REQUIRED WORK
For the data below, restate word for word only the lines from the line containing "e9 v9 v8 LINE" through the line containing "v12 (7.35,78,0)", both ends included.

DATA TO EXAMINE
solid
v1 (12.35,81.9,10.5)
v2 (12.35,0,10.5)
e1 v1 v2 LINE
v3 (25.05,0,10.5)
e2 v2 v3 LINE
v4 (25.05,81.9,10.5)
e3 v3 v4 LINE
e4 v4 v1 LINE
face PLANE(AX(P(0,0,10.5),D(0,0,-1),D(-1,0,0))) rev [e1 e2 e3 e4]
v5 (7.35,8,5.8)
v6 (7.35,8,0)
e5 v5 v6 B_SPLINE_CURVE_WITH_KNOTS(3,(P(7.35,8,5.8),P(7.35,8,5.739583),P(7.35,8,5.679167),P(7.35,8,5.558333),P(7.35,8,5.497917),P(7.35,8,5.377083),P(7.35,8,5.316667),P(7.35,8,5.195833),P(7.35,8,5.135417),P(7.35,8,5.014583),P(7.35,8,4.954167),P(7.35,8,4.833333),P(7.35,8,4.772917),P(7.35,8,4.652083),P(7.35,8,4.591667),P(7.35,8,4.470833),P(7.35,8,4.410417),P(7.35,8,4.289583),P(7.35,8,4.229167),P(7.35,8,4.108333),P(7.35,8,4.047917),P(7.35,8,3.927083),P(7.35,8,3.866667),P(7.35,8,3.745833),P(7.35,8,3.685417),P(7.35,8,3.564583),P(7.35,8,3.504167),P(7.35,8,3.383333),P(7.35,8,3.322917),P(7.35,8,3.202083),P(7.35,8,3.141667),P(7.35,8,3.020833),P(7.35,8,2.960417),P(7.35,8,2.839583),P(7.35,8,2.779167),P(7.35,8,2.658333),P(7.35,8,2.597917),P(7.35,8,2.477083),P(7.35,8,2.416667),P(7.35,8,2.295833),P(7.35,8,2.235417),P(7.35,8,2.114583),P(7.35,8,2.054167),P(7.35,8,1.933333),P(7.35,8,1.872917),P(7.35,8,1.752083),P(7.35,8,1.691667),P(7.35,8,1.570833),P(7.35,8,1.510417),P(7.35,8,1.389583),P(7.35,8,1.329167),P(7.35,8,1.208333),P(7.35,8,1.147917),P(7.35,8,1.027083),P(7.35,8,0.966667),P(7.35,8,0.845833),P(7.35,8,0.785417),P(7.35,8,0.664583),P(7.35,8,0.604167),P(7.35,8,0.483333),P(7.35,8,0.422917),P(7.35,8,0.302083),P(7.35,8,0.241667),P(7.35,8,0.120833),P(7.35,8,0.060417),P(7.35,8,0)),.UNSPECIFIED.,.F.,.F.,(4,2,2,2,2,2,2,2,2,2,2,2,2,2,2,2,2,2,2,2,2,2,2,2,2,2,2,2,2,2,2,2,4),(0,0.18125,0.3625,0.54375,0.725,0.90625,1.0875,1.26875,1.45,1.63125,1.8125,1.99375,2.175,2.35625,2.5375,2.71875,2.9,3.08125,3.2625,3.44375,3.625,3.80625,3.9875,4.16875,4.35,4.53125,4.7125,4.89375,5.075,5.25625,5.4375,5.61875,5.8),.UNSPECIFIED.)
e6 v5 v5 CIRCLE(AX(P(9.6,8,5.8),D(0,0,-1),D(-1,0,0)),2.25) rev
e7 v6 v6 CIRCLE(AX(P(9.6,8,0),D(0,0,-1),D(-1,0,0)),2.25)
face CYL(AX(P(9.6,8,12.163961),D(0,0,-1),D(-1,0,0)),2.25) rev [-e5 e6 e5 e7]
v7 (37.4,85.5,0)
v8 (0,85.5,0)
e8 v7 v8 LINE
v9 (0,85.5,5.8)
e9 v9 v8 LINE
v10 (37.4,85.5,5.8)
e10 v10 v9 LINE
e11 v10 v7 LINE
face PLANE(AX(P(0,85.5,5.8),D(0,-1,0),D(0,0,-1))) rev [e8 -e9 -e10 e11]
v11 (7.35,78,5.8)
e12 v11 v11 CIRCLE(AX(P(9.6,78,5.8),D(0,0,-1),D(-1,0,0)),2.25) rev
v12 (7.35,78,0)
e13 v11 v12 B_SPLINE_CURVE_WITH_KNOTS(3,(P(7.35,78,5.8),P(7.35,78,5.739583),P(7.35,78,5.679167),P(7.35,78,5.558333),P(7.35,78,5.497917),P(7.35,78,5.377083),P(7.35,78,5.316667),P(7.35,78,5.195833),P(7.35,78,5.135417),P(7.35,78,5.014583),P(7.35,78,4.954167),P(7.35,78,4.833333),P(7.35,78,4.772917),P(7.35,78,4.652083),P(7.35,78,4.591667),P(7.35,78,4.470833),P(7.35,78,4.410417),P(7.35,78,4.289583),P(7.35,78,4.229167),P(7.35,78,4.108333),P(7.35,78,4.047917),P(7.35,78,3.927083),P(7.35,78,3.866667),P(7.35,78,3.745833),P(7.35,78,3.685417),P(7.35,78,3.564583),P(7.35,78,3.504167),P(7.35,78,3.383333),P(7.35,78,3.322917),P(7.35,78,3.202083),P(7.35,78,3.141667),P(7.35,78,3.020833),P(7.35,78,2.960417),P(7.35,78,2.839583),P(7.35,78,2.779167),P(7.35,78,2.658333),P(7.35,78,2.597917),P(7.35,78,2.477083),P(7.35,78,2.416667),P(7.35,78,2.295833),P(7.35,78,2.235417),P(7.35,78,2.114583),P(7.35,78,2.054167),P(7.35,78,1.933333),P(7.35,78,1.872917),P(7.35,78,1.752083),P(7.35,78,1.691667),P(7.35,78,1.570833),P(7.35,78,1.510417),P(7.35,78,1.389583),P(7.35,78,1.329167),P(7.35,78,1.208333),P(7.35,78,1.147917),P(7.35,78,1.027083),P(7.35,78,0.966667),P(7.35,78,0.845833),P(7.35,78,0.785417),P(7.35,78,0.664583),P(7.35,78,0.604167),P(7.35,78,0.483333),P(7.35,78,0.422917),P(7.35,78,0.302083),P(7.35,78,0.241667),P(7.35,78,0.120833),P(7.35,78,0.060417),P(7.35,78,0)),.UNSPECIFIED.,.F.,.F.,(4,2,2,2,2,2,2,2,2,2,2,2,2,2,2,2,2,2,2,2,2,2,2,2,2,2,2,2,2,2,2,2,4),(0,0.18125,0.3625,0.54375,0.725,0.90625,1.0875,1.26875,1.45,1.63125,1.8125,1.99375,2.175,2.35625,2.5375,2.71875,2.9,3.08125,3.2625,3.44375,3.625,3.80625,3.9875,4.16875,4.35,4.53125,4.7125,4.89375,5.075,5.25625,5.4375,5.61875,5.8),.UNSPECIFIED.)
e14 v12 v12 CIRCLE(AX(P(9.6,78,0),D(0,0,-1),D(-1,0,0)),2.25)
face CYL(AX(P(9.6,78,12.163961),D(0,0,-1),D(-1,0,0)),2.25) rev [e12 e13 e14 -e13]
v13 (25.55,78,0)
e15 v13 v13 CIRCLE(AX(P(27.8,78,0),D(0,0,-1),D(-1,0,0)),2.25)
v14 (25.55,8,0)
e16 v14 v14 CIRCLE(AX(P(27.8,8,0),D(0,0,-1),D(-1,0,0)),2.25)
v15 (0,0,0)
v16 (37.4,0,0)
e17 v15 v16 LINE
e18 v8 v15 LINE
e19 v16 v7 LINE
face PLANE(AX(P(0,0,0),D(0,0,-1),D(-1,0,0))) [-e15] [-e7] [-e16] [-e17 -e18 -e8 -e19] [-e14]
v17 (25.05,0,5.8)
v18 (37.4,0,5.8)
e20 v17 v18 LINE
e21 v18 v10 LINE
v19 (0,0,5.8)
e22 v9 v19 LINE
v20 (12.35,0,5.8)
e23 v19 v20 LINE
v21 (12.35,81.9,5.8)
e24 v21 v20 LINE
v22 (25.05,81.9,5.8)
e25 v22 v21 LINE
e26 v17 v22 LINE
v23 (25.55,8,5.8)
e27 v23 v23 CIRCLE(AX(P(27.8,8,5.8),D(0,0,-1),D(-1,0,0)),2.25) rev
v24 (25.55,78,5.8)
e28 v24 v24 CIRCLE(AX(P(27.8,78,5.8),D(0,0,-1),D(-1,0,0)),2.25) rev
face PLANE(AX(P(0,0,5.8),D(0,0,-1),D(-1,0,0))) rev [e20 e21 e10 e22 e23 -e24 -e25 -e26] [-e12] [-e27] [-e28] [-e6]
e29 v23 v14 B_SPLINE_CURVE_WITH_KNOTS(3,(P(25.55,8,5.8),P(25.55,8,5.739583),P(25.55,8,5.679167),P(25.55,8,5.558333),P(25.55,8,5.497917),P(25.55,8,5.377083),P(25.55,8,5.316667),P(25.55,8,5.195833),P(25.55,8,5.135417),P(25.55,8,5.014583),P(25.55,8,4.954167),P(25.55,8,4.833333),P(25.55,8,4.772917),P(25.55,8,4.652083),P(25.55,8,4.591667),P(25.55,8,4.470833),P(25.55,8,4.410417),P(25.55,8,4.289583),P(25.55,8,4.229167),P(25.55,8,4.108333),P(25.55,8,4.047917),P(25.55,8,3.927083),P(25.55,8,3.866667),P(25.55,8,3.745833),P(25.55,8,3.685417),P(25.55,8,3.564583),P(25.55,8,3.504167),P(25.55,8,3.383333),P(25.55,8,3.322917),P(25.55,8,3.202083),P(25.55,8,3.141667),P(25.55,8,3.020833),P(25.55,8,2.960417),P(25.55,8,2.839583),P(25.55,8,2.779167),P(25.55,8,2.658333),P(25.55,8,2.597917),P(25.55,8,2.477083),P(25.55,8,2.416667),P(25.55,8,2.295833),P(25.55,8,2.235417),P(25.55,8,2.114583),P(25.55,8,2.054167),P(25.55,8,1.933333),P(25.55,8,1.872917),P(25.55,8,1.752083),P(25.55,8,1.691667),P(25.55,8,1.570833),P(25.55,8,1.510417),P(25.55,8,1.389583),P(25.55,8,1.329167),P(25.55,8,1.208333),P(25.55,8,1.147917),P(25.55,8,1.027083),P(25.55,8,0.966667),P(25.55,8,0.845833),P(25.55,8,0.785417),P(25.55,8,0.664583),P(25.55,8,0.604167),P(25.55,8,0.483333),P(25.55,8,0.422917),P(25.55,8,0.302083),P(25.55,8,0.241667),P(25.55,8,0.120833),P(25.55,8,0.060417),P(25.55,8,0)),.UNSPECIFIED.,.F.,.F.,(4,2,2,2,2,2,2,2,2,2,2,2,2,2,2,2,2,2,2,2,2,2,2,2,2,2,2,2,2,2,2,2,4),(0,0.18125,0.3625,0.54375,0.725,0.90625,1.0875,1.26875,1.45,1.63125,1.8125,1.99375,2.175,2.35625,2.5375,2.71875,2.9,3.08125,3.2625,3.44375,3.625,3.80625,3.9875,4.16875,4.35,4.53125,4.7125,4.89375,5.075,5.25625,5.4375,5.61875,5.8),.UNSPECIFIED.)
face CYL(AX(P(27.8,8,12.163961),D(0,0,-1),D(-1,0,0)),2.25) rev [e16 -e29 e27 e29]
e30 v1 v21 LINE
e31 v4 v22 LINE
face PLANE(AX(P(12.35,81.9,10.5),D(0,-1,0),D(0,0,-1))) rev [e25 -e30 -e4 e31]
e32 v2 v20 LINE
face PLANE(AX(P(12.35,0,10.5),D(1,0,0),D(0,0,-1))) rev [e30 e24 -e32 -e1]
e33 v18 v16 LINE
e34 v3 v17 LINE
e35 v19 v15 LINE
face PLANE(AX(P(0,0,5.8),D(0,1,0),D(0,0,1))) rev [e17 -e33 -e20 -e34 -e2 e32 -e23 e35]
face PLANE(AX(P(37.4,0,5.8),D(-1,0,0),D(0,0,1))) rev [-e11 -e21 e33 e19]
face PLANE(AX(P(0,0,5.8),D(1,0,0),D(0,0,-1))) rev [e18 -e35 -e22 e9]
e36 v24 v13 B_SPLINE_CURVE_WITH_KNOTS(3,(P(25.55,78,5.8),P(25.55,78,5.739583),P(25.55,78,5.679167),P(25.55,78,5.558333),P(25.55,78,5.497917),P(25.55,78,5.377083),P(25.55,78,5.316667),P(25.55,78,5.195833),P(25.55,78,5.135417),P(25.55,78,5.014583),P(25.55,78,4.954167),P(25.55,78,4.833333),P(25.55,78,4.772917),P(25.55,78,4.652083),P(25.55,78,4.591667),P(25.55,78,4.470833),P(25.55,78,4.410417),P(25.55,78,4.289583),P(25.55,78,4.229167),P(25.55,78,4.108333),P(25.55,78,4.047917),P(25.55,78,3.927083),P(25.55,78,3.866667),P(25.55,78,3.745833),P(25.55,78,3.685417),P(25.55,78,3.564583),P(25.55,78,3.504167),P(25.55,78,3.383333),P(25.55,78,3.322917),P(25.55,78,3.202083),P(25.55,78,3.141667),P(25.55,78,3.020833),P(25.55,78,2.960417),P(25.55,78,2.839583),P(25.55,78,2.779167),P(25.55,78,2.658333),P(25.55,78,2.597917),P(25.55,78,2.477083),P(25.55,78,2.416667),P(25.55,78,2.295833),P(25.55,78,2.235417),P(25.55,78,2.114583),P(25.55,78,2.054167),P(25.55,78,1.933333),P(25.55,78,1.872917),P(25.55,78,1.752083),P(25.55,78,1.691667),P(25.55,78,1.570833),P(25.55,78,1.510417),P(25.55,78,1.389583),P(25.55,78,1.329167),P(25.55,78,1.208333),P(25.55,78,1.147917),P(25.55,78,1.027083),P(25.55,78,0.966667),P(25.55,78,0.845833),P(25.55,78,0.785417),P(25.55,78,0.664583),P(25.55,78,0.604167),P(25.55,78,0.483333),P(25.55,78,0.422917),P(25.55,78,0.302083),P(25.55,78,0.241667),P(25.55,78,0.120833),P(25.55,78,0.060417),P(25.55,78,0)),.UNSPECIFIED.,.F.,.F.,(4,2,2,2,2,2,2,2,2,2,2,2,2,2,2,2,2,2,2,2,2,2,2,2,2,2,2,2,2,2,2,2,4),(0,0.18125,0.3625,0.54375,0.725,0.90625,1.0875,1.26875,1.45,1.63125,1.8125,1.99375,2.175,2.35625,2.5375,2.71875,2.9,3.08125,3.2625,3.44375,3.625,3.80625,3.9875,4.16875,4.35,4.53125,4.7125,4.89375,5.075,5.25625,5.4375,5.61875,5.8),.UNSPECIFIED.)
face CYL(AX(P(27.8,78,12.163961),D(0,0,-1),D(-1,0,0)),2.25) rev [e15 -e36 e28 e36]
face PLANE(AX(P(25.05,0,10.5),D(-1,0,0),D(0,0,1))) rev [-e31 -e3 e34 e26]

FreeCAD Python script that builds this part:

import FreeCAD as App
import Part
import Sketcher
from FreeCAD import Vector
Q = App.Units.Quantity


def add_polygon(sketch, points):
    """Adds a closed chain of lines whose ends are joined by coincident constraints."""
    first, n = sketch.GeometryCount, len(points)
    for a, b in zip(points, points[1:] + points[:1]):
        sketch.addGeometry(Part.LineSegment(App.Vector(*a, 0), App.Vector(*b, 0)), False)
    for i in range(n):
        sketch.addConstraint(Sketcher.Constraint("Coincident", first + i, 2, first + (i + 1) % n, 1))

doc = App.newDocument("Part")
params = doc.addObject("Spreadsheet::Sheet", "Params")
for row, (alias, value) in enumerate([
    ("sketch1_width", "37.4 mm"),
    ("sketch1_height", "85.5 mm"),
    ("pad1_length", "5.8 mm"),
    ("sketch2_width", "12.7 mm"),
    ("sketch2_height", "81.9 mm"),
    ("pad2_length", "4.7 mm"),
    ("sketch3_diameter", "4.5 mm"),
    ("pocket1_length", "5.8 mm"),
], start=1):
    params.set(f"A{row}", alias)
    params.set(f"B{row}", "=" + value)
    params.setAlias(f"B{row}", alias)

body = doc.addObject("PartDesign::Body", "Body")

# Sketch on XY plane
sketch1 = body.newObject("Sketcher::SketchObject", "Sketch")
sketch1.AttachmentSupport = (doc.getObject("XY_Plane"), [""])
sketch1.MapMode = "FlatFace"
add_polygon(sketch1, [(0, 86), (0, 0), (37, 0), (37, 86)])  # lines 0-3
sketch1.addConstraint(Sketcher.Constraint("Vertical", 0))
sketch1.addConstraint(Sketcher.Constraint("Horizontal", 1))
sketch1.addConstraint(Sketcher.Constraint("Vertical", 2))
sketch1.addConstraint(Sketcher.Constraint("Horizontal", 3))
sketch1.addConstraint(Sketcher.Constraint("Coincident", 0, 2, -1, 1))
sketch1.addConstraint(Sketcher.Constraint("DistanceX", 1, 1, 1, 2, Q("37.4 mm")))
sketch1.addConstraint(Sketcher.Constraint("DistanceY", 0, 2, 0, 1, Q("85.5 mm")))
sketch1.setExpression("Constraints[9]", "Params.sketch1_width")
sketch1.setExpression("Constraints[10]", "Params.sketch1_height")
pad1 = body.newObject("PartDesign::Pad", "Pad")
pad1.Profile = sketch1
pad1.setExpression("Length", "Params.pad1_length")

ANSWER BOX
e9 v9 v8 LINE
v10 (37.4,85.5,5.8)
e10 v10 v9 LINE
e11 v10 v7 LINE
face PLANE(AX(P(0,85.5,5.8),D(0,-1,0),D(0,0,-1))) rev [e8 -e9 -e10 e11]
v11 (7.35,78,5.8)
e12 v11 v11 CIRCLE(AX(P(9.6,78,5.8),D(0,0,-1),D(-1,0,0)),2.25) rev
v12 (7.35,78,0)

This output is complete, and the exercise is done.